Ese pasado productivo es una de las claves para comprender el nombre del sitio. La producción de cal fue una actividad central, vinculada a los hornos que aún forman parte del paisaje patrimonial. Tras la expulsión de los jesuitas en 1767, la estancia pasó por distintas administraciones y parte de su producción fue destinada al sostenimiento del Colegio de Niñas Huérfanas de Buenos Aires, hecho que dio origen a la denominación actual: Calera de las Huérfanas.
El lugar también conserva una dimensión rioplatense. Entre 1770 y 1774 fue administrado por Juan de San Martín, padre del libertador José de San Martín, quien residió allí junto a su familia. Ese dato convierte al sitio en un espacio de memoria compartida entre Uruguay y Argentina, y le otorga una lectura histórica que trasciende el interés local.
Por eso, la futura sala de interpretación no será solamente un recurso turístico. También puede convertirse en una herramienta educativa y cultural para que la comunidad y los visitantes comprendan que la Calera forma parte de una historia más amplia: la de las misiones jesuíticas, la organización del trabajo en la colonia, las redes productivas del Río de la Plata y las memorias indígenas y afrodescendientes que también integran el sitio.

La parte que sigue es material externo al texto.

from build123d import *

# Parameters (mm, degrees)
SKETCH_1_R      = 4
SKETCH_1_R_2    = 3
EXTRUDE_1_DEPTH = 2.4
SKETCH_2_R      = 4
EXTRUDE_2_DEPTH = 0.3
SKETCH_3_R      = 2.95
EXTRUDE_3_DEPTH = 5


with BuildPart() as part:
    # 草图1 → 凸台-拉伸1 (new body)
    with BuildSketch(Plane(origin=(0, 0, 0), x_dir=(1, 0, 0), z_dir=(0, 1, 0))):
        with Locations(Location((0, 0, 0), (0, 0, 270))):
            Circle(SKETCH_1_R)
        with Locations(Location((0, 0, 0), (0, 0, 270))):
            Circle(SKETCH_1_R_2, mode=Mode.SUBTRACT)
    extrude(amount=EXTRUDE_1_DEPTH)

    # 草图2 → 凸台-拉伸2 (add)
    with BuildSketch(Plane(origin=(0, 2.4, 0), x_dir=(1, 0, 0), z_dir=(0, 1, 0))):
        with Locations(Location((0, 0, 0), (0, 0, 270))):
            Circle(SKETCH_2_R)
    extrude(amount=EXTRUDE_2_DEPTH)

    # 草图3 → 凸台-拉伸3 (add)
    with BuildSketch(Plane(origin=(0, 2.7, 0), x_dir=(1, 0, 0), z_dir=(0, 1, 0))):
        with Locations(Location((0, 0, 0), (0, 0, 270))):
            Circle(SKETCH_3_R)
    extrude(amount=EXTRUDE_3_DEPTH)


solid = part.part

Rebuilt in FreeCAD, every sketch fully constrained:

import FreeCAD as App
import Part
import Sketcher

doc = App.newDocument("Part")
params = doc.addObject("Spreadsheet::Sheet", "Params")
for row, (alias, value) in enumerate([
    ("sketch1_diameter", "8 mm"),
    ("sketch1_diameter2", "6 mm"),
    ("pad1_length", "2.4 mm"),
    ("sketch2_diameter", "8 mm"),
    ("pad2_length", "0.3 mm"),
    ("sketch3_diameter", "5.9 mm"),
    ("pad3_length", "5 mm"),
], start=1):
    params.set(f"A{row}", alias)
    params.set(f"B{row}", "=" + value)
    params.setAlias(f"B{row}", alias)

body = doc.addObject("PartDesign::Body", "Body")

# Sketch on XZ plane
sketch1 = body.newObject("Sketcher::SketchObject", "Sketch")
sketch1.AttachmentSupport = (doc.getObject("XZ_Plane"), [""])
sketch1.MapMode = "FlatFace"
sketch1.addGeometry([
    Part.Circle(App.Vector(0, 0, 0), App.Vector(0, 0, 1), 4),
    Part.Circle(App.Vector(0, 0, 0), App.Vector(0, 0, 1), 3),
], False)
sketch1.addConstraint([
    Sketcher.Constraint("Coincident", 0, 3, -1, 1),
    Sketcher.Constraint("Coincident", 1, 3, -1, 1),
    Sketcher.Constraint("Diameter", 0, 8.0),
    Sketcher.Constraint("Diameter", 1, 6.0),
])
sketch1.setExpression("Constraints[2]", "Params.sketch1_diameter")
sketch1.setExpression("Constraints[3]", "Params.sketch1_diameter2")
pad1 = body.newObject("PartDesign::Pad", "Pad")
pad1.Profile = sketch1
pad1.setExpression("Length", "Params.pad1_length")
pad1.Reversed = True

# Sketch on XZ plane
sketch2 = body.newObject("Sketcher::SketchObject", "Sketch001")
sketch2.AttachmentSupport = (doc.getObject("XZ_Plane"), [""])
sketch2.MapMode = "FlatFace"
sketch2.AttachmentOffset = App.Placement(App.Vector(0, 0, -2.4), App.Rotation())
sketch2.addGeometry(Part.Circle(App.Vector(0, 0, 0), App.Vector(0, 0, 1), 4), False)
sketch2.addConstraint([
    Sketcher.Constraint("Coincident", 0, 3, -1, 1),
    Sketcher.Constraint("Diameter", 0, 8.0),
])
sketch2.setExpression("Constraints[1]", "Params.sketch2_diameter")
pad2 = body.newObject("PartDesign::Pad", "Pad001")
pad2.Profile = sketch2
pad2.setExpression("Length", "Params.pad2_length")
pad2.Reversed = True

# Sketch on XZ plane
sketch3 = body.newObject("Sketcher::SketchObject", "Sketch002")
sketch3.AttachmentSupport = (doc.getObject("XZ_Plane"), [""])
sketch3.MapMode = "FlatFace"
sketch3.AttachmentOffset = App.Placement(App.Vector(0, 0, -2.7), App.Rotation())
sketch3.addGeometry(Part.Circle(App.Vector(0, 0, 0), App.Vector(0, 0, 1), 3), False)
sketch3.addConstraint([
    Sketcher.Constraint("Coincident", 0, 3, -1, 1),
    Sketcher.Constraint("Diameter", 0, 5.9),
])
sketch3.setExpression("Constraints[1]", "Params.sketch3_diameter")
pad3 = body.newObject("PartDesign::Pad", "Pad002")
pad3.Profile = sketch3
pad3.setExpression("Length", "Params.pad3_length")
pad3.Reversed = True

doc.recompute()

La iniciativa se inscribe en un proceso mayor de puesta en valor. El Ministerio de Turismo informó que la Calera de las Huérfanas integra el Programa de Desarrollo de Destinos Turísticos Emergentes, impulsado junto al Banco Interamericano de Desarrollo desde 2019. Las obras incluyen la consolidación de la capilla de la Estancia de Belén, la recuperación de muros, miradores, señalética en el sendero de los hornos de cal, mejoras en el parque de acceso y la renovación del Centro de Visitantes.
El desafío, sin embargo, no se agota en restaurar estructuras ni en mejorar servicios para el visitante. La cuestión de fondo es cómo transformar un sitio histórico en un espacio vivo, capaz de dialogar con Carmelo, con el departamento y con la región. En ese sentido, la participación de instituciones locales, técnicos, vecinos y organizaciones vinculadas a la defensa del patrimonio resulta central.
La Comisión Pro Calera de las Huérfanas y la comunidad local han tenido un papel sostenido en la preservación del sitio, según destaca el Ministerio de Turismo. Esa presencia comunitaria permite que el proceso no quede limitado a una intervención patrimonial desde afuera, sino que incorpore miradas del territorio y experiencias acumuladas por quienes han acompañado la historia reciente del lugar.
La Calera fue declarada Monumento Histórico Nacional y forma parte del Camino de los Jesuitas de América del Sur, circuito que articula sitios vinculados a la presencia de la Compañía de Jesús en la región. Esa inserción le da una proyección turística internacional, pero también plantea una responsabilidad: evitar que el patrimonio se reduzca a una postal y procurar que cada visita ayude a comprender el espesor histórico del sitio.
La instancia realizada en Carmelo marcó, por tanto, una etapa de consulta y construcción colectiva. La validación de la propuesta museográfica no solo define contenidos para una sala; también ordena una forma de narrar la historia. Y en un lugar como la Calera de las Huérfanas, narrar bien es parte de conservar.